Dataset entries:
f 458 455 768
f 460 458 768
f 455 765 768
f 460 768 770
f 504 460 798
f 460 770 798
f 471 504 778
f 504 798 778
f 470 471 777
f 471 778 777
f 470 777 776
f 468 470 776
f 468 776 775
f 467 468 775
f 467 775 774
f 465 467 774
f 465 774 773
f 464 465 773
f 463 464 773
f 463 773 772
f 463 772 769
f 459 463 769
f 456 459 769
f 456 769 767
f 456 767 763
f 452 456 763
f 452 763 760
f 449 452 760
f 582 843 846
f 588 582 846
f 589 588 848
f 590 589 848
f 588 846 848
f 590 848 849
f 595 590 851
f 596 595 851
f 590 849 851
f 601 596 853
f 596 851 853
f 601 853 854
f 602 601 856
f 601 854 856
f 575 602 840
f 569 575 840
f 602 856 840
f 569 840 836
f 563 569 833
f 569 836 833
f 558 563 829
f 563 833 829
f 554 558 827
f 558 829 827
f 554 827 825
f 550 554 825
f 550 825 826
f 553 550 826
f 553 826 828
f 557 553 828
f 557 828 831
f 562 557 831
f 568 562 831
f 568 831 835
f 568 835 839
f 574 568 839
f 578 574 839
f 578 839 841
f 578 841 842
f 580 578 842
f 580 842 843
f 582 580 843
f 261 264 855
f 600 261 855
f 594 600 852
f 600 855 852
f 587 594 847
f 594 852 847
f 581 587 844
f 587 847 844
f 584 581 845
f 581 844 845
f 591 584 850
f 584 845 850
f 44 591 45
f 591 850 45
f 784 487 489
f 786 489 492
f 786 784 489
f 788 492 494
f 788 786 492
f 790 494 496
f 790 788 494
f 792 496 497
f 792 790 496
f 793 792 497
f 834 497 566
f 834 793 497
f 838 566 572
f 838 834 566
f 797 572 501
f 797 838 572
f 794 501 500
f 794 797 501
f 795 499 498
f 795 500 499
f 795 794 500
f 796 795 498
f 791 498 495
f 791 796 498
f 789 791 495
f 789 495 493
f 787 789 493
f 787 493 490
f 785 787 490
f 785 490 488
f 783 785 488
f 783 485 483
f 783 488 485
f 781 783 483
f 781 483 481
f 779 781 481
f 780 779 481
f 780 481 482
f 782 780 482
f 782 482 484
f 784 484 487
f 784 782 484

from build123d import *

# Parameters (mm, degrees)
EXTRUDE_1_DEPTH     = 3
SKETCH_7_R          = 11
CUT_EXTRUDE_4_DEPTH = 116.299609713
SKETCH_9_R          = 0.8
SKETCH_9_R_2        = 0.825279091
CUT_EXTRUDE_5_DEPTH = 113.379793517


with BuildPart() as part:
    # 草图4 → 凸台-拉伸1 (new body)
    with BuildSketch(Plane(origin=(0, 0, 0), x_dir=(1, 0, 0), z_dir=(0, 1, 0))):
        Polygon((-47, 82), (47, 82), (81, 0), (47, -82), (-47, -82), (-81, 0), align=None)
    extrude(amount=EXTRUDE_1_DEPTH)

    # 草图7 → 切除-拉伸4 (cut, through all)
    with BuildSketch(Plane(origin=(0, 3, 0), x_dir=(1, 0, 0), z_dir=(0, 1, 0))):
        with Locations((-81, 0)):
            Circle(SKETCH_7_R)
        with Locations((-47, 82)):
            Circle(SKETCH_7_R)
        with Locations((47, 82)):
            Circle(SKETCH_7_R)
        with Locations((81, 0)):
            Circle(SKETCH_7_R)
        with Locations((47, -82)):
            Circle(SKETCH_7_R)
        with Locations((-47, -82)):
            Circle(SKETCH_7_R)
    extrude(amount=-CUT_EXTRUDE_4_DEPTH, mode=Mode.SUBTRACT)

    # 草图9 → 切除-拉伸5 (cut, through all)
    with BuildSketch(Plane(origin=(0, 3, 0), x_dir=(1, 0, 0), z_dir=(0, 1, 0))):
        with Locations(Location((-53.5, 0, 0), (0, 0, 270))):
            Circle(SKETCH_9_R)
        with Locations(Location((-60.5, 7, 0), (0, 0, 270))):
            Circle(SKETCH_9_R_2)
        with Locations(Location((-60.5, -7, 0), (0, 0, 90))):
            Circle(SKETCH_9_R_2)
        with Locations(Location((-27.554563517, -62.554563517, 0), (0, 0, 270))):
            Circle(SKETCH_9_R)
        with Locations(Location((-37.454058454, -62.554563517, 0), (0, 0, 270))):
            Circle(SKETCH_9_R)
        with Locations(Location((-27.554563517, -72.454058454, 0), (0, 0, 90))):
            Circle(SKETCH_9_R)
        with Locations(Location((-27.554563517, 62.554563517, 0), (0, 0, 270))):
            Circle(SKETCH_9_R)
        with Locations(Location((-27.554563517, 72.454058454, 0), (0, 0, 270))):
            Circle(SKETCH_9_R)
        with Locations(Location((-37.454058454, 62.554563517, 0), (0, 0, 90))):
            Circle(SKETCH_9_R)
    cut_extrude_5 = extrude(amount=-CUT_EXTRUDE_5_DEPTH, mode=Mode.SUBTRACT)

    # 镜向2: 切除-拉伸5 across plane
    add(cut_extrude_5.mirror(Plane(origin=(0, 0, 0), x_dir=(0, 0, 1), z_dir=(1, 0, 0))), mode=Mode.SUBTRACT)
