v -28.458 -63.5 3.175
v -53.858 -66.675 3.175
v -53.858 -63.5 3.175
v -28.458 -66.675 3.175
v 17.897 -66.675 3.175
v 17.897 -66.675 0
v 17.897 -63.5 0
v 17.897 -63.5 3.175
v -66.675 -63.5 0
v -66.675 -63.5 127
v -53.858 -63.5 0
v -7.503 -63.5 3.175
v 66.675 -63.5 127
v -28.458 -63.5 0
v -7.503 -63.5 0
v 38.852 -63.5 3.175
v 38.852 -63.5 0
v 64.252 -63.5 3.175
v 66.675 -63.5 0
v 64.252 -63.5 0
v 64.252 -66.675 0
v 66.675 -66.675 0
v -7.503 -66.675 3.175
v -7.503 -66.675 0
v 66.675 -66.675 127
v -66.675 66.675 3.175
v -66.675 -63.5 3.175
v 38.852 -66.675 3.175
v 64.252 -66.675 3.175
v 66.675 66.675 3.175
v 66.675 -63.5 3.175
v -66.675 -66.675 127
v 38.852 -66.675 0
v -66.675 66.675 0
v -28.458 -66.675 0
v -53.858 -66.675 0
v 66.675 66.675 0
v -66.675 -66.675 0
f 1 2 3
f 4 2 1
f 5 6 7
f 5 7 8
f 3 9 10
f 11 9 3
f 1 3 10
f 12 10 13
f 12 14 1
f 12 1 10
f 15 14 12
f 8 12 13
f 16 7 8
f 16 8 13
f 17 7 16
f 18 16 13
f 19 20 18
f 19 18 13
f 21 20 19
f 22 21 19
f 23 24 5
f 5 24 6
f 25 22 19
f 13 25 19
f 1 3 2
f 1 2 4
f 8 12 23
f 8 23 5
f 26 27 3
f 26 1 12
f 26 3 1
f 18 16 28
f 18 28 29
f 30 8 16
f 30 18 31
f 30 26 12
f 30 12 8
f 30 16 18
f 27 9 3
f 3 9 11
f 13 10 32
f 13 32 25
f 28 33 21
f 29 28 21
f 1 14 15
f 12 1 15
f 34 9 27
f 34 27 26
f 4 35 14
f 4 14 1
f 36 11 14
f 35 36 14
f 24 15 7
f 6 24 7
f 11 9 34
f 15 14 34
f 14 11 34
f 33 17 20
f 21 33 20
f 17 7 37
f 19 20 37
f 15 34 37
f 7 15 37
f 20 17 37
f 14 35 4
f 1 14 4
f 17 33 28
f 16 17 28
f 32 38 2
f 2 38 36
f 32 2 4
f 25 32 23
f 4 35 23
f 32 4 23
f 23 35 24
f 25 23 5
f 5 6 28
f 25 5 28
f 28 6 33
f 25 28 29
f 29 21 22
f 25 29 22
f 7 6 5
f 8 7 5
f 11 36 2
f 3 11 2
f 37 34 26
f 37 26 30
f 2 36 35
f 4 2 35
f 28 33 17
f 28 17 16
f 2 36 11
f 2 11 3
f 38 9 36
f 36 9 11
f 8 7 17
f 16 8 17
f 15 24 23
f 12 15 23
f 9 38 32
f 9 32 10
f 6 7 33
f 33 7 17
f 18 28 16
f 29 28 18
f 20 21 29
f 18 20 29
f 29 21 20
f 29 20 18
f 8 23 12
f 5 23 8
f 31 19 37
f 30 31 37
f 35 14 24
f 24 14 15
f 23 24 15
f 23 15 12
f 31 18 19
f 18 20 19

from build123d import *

# Parameters (mm, degrees)
F0_W     = 133.35
F0_H     = 133.35
F1_DEPTH = 3.175
F2_W     = 133.35
F2_H     = 3.175
F3_DEPTH = 127
F4_W     = 25.4
F4_H     = 3.175
F5_DEPTH = 25.4


with BuildPart() as f1:
    # F0 (on Top) → F1 (new body)
    with BuildSketch(Plane.XY):
        Rectangle(F0_W, F0_H)
    extrude(amount=F1_DEPTH)


with BuildPart() as f3:
    # F2 (on Top) → F3 (new body)
    with BuildSketch(Plane.XY):
        with Locations((0, -65.0875)):
            Rectangle(F2_W, F2_H)
    extrude(amount=F3_DEPTH)

    # F4 (on face) → F5 (cut)
    with BuildSketch(Plane.XZ.offset(66.675)):
        with Locations((-41.1575537503, 1.5875)):
            Rectangle(F4_W, F4_H)
        with Locations((5.1974462497, 1.5875)):
            Rectangle(F4_W, F4_H)
        with Locations((51.5524462497, 1.5875)):
            Rectangle(F4_W, F4_H)
    extrude(amount=-F5_DEPTH, mode=Mode.SUBTRACT)


with BuildPart() as f1_1:
    add(f1.part)

    # F6: cut F3
    add(f3.part, mode=Mode.SUBTRACT)


solid = Compound([f3.part, f1_1.part])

# WHAT TO DO
All that belongs in the answer is an exact copy of the lines from the start of the records above through the line with "f 786 489 492".

# RESPONSE FOR THIS EXERCISE
f 458 455 768
f 460 458 768
f 455 765 768
f 460 768 770
f 504 460 798
f 460 770 798
f 471 504 778
f 504 798 778
f 470 471 777
f 471 778 777
f 470 777 776
f 468 470 776
f 468 776 775
f 467 468 775
f 467 775 774
f 465 467 774
f 465 774 773
f 464 465 773
f 463 464 773
f 463 773 772
f 463 772 769
f 459 463 769
f 456 459 769
f 456 769 767
f 456 767 763
f 452 456 763
f 452 763 760
f 449 452 760
f 582 843 846
f 588 582 846
f 589 588 848
f 590 589 848
f 588 846 848
f 590 848 849
f 595 590 851
f 596 595 851
f 590 849 851
f 601 596 853
f 596 851 853
f 601 853 854
f 602 601 856
f 601 854 856
f 575 602 840
f 569 575 840
f 602 856 840
f 569 840 836
f 563 569 833
f 569 836 833
f 558 563 829
f 563 833 829
f 554 558 827
f 558 829 827
f 554 827 825
f 550 554 825
f 550 825 826
f 553 550 826
f 553 826 828
f 557 553 828
f 557 828 831
f 562 557 831
f 568 562 831
f 568 831 835
f 568 835 839
f 574 568 839
f 578 574 839
f 578 839 841
f 578 841 842
f 580 578 842
f 580 842 843
f 582 580 843
f 261 264 855
f 600 261 855
f 594 600 852
f 600 855 852
f 587 594 847
f 594 852 847
f 581 587 844
f 587 847 844
f 584 581 845
f 581 844 845
f 591 584 850
f 584 845 850
f 44 591 45
f 591 850 45
f 784 487 489
f 786 489 492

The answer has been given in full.